The Carving Studio & Sculpture Center provides exhibition opportunities for sculpture in a variety of venues. The spacious CSSC Gallery in the Gordon Marshall Coping Shop welcomes visitors with one to two person and group exhibitions.

Our Gallery showcases contemporary artwork in a historic setting. The Gordon Marshall Coping Shop was originally used by the Vermont Marble Company for fabrication of stone architectural elements. Since acquiring the building in 2009, the Carving Studio has restored and renovated it to provide creative and display space.

Our annual Members Show Exhibition, is displayed in the Gallery, featuring work by CSSC members in a variety of media.

Light and Stone - Darrell Petit and Sean Kernan

Opened 9/19/2025

Darrell Petit is a renowned sculptor with over thirty-five years of experience working in quarries worldwide. His creative process blends the physical excavation of stone with the exploration of ideas, resulting in large-scale granite sculptures known for their intricate balance and dynamic forms. Petit studied internationally, including at Brown University, Hochschule der Kunste Berlin, and Kyoto City University of the Arts. For this exhibition, he presents smaller, hand-worked pieces from his Heads series, crafted from natural stone and enhanced with a variety of materials, challenging concepts of permanence and transformation. (For more information about the artist: https://darrellpetit.com)

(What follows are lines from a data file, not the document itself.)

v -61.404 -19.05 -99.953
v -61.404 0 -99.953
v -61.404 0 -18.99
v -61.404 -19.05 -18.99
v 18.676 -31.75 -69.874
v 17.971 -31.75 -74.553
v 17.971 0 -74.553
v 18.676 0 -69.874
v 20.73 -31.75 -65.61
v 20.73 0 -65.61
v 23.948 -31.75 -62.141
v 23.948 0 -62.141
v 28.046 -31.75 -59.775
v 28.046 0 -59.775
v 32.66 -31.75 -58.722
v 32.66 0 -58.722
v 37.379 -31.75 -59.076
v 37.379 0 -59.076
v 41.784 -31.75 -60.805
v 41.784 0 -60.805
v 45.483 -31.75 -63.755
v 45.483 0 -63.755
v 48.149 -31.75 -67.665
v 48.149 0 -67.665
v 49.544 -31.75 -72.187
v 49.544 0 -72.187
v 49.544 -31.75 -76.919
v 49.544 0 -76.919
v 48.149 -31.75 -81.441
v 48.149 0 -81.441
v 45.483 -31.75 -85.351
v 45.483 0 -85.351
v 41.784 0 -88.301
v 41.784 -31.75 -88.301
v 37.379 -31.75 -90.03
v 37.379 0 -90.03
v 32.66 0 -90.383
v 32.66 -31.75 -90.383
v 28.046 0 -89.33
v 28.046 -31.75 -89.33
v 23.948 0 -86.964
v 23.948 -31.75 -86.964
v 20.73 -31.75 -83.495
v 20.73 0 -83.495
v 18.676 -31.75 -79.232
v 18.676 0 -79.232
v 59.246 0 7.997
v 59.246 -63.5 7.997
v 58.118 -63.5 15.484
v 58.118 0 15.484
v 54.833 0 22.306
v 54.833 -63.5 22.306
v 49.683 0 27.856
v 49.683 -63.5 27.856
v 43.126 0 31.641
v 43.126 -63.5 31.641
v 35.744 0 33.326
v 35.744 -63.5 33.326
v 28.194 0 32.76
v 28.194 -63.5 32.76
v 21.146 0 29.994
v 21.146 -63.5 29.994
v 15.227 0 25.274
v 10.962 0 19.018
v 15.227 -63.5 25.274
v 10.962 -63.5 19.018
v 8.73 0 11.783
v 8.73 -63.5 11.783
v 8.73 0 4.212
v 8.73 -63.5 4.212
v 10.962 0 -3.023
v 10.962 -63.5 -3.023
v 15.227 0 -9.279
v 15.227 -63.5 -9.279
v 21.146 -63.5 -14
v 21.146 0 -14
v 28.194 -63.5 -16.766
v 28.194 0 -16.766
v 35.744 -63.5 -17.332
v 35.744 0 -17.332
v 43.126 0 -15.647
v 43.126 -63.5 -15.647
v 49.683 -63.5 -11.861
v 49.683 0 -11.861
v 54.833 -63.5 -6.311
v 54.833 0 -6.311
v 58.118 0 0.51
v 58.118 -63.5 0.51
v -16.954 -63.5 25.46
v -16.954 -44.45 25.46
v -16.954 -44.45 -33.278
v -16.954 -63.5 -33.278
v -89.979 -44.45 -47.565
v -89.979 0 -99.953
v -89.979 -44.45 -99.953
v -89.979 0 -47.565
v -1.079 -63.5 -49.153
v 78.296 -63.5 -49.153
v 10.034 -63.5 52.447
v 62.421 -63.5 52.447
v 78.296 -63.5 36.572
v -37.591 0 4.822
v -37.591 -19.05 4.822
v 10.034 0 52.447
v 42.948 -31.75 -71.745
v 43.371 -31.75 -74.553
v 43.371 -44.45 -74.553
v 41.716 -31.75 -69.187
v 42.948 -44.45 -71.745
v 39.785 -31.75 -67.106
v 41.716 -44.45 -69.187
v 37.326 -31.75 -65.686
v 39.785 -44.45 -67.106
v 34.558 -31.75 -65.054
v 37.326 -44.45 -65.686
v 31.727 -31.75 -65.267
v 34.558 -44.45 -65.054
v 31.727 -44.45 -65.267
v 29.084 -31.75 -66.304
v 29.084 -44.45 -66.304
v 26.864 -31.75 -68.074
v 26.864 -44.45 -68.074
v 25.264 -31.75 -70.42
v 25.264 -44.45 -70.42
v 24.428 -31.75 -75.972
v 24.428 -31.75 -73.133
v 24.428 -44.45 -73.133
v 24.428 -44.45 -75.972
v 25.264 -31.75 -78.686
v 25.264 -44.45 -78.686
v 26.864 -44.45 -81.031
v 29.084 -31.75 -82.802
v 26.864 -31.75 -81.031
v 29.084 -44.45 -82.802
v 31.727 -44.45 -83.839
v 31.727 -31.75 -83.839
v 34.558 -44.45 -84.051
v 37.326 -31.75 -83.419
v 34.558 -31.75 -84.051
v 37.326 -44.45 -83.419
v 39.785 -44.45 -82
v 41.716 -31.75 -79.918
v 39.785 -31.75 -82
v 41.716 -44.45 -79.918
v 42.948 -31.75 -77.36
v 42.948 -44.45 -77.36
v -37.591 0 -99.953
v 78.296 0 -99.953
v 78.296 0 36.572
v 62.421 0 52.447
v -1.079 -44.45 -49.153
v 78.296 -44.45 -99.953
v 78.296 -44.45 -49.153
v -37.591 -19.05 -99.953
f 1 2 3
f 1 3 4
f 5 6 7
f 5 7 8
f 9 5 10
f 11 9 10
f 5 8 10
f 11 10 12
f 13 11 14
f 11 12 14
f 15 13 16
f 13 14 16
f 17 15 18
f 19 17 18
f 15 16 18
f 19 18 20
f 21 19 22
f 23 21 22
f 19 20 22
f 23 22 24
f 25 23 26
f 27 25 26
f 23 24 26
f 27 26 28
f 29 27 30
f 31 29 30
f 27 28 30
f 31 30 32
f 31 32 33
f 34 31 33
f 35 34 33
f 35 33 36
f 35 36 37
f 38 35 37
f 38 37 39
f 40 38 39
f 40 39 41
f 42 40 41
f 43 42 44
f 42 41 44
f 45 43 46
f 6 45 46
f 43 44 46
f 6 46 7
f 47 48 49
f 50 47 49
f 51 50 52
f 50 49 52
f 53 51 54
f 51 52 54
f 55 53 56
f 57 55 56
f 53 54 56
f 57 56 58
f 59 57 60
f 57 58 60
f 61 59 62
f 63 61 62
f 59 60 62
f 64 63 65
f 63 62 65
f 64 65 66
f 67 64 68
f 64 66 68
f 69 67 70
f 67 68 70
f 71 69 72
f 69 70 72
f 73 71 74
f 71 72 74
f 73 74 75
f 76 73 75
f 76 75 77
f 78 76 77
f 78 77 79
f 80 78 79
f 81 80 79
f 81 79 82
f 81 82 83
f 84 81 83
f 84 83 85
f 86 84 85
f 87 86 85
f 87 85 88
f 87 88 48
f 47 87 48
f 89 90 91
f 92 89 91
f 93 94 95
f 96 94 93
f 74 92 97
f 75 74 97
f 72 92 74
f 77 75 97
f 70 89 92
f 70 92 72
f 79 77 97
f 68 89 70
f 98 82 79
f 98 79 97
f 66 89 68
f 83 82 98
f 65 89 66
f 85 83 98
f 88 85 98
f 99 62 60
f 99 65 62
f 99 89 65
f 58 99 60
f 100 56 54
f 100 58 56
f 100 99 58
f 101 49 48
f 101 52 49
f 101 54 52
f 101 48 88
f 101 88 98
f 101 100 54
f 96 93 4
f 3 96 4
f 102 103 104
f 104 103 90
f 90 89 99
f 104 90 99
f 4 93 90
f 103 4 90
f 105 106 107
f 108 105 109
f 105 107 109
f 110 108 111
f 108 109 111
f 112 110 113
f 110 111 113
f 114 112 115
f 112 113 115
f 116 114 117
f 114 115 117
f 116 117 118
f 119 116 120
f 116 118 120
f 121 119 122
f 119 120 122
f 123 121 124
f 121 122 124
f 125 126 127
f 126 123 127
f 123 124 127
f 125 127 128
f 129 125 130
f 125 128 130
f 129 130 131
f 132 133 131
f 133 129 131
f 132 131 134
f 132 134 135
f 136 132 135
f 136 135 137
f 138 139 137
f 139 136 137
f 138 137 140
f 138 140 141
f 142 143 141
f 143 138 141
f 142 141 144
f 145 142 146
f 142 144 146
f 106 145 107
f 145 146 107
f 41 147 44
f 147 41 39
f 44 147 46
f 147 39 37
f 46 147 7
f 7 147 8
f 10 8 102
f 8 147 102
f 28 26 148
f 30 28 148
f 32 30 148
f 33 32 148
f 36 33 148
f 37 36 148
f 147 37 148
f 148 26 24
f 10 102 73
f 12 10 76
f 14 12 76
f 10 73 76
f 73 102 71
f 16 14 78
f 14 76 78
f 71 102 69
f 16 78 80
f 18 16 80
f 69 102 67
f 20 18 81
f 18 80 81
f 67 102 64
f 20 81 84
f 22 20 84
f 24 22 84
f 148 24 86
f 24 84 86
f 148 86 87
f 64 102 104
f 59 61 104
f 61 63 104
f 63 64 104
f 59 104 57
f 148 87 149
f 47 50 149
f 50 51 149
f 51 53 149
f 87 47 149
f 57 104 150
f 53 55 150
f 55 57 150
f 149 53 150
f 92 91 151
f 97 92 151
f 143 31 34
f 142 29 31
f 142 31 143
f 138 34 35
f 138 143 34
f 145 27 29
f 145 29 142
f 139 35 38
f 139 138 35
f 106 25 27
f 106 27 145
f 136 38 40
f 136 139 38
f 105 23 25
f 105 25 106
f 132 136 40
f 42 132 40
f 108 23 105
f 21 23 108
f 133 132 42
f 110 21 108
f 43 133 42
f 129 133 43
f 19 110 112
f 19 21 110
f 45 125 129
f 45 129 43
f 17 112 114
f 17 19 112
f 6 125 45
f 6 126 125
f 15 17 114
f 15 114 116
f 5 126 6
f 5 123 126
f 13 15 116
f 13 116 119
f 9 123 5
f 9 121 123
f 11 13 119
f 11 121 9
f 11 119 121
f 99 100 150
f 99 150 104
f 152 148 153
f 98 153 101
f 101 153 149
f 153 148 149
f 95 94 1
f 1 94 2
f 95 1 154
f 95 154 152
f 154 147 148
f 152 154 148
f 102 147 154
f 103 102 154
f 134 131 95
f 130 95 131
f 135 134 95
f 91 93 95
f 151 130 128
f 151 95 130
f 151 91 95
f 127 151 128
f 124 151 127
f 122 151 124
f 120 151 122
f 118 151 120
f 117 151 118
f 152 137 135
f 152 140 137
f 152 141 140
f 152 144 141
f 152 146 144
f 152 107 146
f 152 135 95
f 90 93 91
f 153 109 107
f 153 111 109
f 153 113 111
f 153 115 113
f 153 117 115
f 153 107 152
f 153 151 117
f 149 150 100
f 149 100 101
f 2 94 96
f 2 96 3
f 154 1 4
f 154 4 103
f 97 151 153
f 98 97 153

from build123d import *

# Parameters (mm, degrees)
F0_W      = 168.275
F0_H      = 152.4
F1_DEPTH  = 44.45
F3_DEPTH  = 44.451
F4_W      = 23.8125
F4_H      = 19.05
F5_DEPTH  = 152.401
F7_DEPTH  = 19.05
F8_R      = 25.4
F9_DEPTH  = 63.501
F10_R     = 9.525
F11_DEPTH = 44.451
F12_R     = 15.875
F12_R_2   = 9.525
F13_DEPTH = 31.75


with BuildPart() as f1:
    # F0 (on Front) → F1 (new body)
    with BuildSketch(Plane.XZ):
        with Locations((-5.8413036168, -23.7527878196)):
            Rectangle(F0_W, F0_H)
    extrude(amount=F1_DEPTH)

    # F2 (on face) → F3 (cut, through all)
    with BuildSketch(Plane.XZ.offset(44.45)):
        Polygon((-89.9788036168, 52.4472121804), (-89.9788036168, -47.5652878196), (10.0336963832, 52.4472121804), align=None)
    extrude(amount=-F3_DEPTH, mode=Mode.SUBTRACT)

    # F4 (on face) → F5 (cut, through all)
    with BuildSketch(Plane(origin=(0, 0, -99.9527878196), x_dir=(1, 0, 0), z_dir=(0, 0, -1))):
        with Locations((-49.4975536168, 9.525)):
            Rectangle(F4_W, F4_H)
    extrude(amount=-F5_DEPTH, mode=Mode.SUBTRACT)

    # F6 (on face) → F7 (join)
    with BuildSketch(Plane.XZ.offset(44.45)):
        Polygon((-1.0788036168, -49.1527878196), (78.2961963832, -49.1527878196), (78.2961963832, 52.4472121804), (10.0336963832, 52.4472121804), (-16.9538036168, 25.4597121804), (-16.9538036168, -33.2777878196), align=None)
    extrude(amount=F7_DEPTH)

    # F8 (on face) → F9 (cut, through all)
    with BuildSketch(Plane.XZ.offset(63.5)):
        with Locations((33.8461963832, 7.9972121804)):
            Circle(F8_R)
        Polygon((78.2961963832, 52.4472121804), (62.4211963832, 52.4472121804), (78.2961963832, 36.5722121804), align=None)
    extrude(amount=-F9_DEPTH, mode=Mode.SUBTRACT)

    # F10 (on face) → F11 (cut, through all)
    with BuildSketch(Plane.XZ.offset(44.45)):
        with Locations((33.8461963832, -74.5527878196)):
            Circle(F10_R)
    extrude(amount=-F11_DEPTH, mode=Mode.SUBTRACT)

    # F12 (on face) → F13 (cut)
    with BuildSketch(Plane(origin=(0, 0, 0), x_dir=(-1, 0, 0), z_dir=(0, 1, 0))):
        with Locations((-33.8461963832, -74.5527878196)):
            Circle(F12_R)
        with Locations((-33.8461963832, -74.5527878196)):
            Circle(F12_R_2, mode=Mode.SUBTRACT)
    extrude(amount=-F13_DEPTH, mode=Mode.SUBTRACT)


solid = f1.part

Sean Kernan began his career in theater and is now a celebrated photographer, writer, filmmaker, and teacher. His work focuses on creativity, leading to the publication of "Looking Into the Light"
and other notable books. Kernan’s photography has been exhibited internationally, and his films have won awards. He has collaborated with artists across disciplines, served major clients, and taught at leading institutions including Yale and Parsons. (for more information about the artist: https://www.seankernan.com)

MENETEKEL by Rainer Maria Wehner

8/22/2025 - 9/25/2025

From the start of Rainer Maria Wehner's professional practice, he combined text and X-rays of human bodies in three-dimensional steel constructions. He has used cutouts, distortion, and exaggeration of scale to visualize and eternalize the structure of the written word as a basis of form and meaning, rather than have a conventional system of signs or structures taken for granted. That is why he works with the widely illegible old German cursive handwriting Sütterlin. The same way he use structures of human bodies like X-rays or outdated Scintigrams in combination.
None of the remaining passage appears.